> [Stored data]
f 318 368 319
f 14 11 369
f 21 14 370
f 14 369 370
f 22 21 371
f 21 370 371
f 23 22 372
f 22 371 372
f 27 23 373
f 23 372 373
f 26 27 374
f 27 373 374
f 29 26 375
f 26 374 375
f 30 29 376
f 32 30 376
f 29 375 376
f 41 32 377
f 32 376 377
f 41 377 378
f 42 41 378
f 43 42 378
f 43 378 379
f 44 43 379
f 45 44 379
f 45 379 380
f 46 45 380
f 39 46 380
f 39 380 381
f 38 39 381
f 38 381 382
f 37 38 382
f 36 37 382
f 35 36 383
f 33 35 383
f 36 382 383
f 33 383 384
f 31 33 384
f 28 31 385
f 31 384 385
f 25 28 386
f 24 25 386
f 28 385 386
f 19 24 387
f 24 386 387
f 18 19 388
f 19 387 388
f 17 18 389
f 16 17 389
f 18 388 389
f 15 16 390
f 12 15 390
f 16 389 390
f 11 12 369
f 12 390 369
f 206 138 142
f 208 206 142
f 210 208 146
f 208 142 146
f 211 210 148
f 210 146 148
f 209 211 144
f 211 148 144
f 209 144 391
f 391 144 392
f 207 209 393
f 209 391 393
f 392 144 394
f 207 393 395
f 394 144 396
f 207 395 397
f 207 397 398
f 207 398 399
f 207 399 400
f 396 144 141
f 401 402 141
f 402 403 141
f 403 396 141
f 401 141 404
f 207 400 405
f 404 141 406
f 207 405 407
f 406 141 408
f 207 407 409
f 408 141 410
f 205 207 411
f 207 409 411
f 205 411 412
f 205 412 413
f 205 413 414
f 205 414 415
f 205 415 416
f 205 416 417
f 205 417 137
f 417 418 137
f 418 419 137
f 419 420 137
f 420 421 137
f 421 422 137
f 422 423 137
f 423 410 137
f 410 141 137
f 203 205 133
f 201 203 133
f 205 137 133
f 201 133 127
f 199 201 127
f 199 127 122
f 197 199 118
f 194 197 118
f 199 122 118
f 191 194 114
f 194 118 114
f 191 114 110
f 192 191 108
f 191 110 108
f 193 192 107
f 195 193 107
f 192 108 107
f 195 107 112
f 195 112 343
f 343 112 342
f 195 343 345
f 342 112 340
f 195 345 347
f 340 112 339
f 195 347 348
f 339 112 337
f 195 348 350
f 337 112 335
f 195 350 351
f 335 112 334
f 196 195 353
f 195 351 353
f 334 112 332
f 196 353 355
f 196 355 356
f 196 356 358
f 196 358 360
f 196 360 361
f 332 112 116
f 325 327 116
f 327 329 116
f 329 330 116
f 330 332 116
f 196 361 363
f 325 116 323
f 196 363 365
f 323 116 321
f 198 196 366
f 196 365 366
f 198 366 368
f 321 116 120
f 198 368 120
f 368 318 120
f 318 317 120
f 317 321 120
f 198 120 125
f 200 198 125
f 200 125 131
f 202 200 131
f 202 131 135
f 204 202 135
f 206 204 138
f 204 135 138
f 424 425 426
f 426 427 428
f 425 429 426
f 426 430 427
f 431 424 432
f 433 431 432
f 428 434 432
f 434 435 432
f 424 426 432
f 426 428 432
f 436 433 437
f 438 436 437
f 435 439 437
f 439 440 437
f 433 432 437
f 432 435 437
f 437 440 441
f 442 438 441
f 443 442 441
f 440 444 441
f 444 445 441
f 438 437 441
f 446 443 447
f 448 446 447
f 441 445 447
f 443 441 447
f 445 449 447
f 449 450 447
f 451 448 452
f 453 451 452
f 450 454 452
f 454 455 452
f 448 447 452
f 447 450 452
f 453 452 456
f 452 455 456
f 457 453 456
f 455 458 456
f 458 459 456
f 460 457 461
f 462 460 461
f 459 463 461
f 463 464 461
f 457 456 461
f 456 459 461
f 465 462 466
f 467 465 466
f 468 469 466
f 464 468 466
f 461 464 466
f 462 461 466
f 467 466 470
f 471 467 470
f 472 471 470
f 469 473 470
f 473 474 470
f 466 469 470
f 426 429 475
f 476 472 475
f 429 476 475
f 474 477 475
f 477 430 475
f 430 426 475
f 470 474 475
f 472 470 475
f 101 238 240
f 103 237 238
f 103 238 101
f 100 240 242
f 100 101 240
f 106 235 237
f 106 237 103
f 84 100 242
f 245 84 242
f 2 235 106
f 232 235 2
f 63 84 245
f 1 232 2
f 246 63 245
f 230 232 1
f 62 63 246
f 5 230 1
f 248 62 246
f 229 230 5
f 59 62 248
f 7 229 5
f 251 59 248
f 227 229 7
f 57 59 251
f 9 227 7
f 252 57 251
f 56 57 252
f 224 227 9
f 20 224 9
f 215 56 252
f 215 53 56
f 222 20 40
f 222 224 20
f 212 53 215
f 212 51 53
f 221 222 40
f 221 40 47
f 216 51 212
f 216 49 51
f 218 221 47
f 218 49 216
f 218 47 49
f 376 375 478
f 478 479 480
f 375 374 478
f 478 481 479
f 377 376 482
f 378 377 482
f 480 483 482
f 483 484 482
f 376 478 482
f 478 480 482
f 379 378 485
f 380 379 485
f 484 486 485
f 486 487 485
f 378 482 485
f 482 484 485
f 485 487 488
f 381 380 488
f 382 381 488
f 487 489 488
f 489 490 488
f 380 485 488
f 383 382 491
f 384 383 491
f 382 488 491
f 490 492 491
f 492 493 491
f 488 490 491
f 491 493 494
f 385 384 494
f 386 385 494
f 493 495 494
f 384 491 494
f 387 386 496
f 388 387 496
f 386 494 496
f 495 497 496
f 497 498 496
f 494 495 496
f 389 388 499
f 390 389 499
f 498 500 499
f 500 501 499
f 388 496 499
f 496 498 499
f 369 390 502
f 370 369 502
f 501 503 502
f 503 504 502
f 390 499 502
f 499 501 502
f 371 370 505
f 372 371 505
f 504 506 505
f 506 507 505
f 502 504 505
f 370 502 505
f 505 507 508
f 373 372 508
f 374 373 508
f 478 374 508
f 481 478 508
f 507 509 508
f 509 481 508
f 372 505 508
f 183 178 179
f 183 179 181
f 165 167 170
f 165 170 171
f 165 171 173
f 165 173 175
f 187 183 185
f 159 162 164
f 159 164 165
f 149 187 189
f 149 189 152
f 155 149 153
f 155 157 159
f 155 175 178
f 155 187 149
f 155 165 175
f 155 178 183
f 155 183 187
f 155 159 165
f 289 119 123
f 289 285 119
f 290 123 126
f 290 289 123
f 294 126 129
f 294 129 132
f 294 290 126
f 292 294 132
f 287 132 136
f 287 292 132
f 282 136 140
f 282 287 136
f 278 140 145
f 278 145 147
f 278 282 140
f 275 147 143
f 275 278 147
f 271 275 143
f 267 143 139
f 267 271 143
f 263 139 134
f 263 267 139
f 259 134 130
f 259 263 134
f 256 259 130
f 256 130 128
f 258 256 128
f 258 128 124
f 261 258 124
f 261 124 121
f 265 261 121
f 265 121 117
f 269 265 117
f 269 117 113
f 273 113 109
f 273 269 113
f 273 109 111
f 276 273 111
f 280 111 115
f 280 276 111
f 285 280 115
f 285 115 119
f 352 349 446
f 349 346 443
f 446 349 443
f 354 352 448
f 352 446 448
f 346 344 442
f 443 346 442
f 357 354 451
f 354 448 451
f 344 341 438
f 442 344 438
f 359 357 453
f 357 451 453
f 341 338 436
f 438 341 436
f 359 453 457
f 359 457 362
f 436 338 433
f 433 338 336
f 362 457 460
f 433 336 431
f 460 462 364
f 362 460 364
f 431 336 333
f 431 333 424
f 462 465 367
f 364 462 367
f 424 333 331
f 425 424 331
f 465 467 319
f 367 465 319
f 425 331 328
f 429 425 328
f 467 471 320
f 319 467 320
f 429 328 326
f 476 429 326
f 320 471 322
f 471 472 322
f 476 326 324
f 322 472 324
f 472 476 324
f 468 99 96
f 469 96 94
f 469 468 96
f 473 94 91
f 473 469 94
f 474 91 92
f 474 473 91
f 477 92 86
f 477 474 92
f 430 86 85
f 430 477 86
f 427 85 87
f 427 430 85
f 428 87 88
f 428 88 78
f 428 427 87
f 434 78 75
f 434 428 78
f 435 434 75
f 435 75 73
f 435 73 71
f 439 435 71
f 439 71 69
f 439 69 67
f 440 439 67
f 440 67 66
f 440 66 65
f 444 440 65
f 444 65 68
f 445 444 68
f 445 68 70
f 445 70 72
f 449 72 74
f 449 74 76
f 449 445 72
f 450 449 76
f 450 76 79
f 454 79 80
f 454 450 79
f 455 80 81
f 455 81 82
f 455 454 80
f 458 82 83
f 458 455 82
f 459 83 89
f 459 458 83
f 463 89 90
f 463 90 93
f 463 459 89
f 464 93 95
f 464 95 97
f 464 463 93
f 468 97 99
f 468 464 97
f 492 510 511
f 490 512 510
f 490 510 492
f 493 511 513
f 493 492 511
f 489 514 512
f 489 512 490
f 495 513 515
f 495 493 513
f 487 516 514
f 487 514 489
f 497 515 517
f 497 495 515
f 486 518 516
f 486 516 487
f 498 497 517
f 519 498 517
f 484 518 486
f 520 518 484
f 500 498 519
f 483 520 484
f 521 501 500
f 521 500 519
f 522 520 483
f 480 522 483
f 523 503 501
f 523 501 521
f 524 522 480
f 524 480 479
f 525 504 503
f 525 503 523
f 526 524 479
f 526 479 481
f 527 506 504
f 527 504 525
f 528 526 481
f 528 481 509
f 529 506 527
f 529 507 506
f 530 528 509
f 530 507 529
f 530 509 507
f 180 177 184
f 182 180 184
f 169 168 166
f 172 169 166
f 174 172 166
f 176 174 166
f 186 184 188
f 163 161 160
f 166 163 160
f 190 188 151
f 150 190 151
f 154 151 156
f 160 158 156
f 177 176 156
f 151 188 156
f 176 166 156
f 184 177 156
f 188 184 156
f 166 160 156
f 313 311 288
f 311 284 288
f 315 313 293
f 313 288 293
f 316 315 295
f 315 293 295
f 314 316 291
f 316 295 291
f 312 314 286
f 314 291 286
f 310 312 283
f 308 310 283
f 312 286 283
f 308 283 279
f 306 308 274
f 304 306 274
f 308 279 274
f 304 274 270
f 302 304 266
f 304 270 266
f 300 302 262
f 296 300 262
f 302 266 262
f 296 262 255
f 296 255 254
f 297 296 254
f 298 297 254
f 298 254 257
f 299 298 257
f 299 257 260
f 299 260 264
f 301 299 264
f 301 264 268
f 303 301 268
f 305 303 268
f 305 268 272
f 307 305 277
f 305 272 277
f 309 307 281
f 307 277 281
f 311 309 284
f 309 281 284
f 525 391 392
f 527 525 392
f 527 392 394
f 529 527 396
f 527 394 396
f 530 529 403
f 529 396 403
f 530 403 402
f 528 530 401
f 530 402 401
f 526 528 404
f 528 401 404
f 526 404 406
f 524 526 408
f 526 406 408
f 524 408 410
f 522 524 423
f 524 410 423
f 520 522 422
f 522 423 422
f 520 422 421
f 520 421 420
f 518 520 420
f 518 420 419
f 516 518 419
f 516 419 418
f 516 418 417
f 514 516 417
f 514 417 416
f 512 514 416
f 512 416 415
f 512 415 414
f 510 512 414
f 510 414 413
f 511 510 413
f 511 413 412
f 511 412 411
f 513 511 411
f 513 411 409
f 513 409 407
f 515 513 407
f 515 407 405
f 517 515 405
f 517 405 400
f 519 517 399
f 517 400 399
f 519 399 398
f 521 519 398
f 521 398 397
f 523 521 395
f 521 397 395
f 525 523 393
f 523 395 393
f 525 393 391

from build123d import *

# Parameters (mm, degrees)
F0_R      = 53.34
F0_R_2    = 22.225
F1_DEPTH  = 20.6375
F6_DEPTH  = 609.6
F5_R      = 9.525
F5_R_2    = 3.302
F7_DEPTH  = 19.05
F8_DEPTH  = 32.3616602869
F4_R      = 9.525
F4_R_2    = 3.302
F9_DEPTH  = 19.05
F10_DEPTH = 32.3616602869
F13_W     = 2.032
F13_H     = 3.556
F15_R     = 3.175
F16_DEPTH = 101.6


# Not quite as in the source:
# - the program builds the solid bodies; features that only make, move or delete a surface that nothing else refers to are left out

> [TASK GOAL]
From the records above, copy out the line with "f 180 177 184", the line with "f 300 302 262", and every line between them, word for word.

> [REPLY TO THE TASK]
f 180 177 184
f 182 180 184
f 169 168 166
f 172 169 166
f 174 172 166
f 176 174 166
f 186 184 188
f 163 161 160
f 166 163 160
f 190 188 151
f 150 190 151
f 154 151 156
f 160 158 156
f 177 176 156
f 151 188 156
f 176 166 156
f 184 177 156
f 188 184 156
f 166 160 156
f 313 311 288
f 311 284 288
f 315 313 293
f 313 288 293
f 316 315 295
f 315 293 295
f 314 316 291
f 316 295 291
f 312 314 286
f 314 291 286
f 310 312 283
f 308 310 283
f 312 286 283
f 308 283 279
f 306 308 274
f 304 306 274
f 308 279 274
f 304 274 270
f 302 304 266
f 304 270 266
f 300 302 262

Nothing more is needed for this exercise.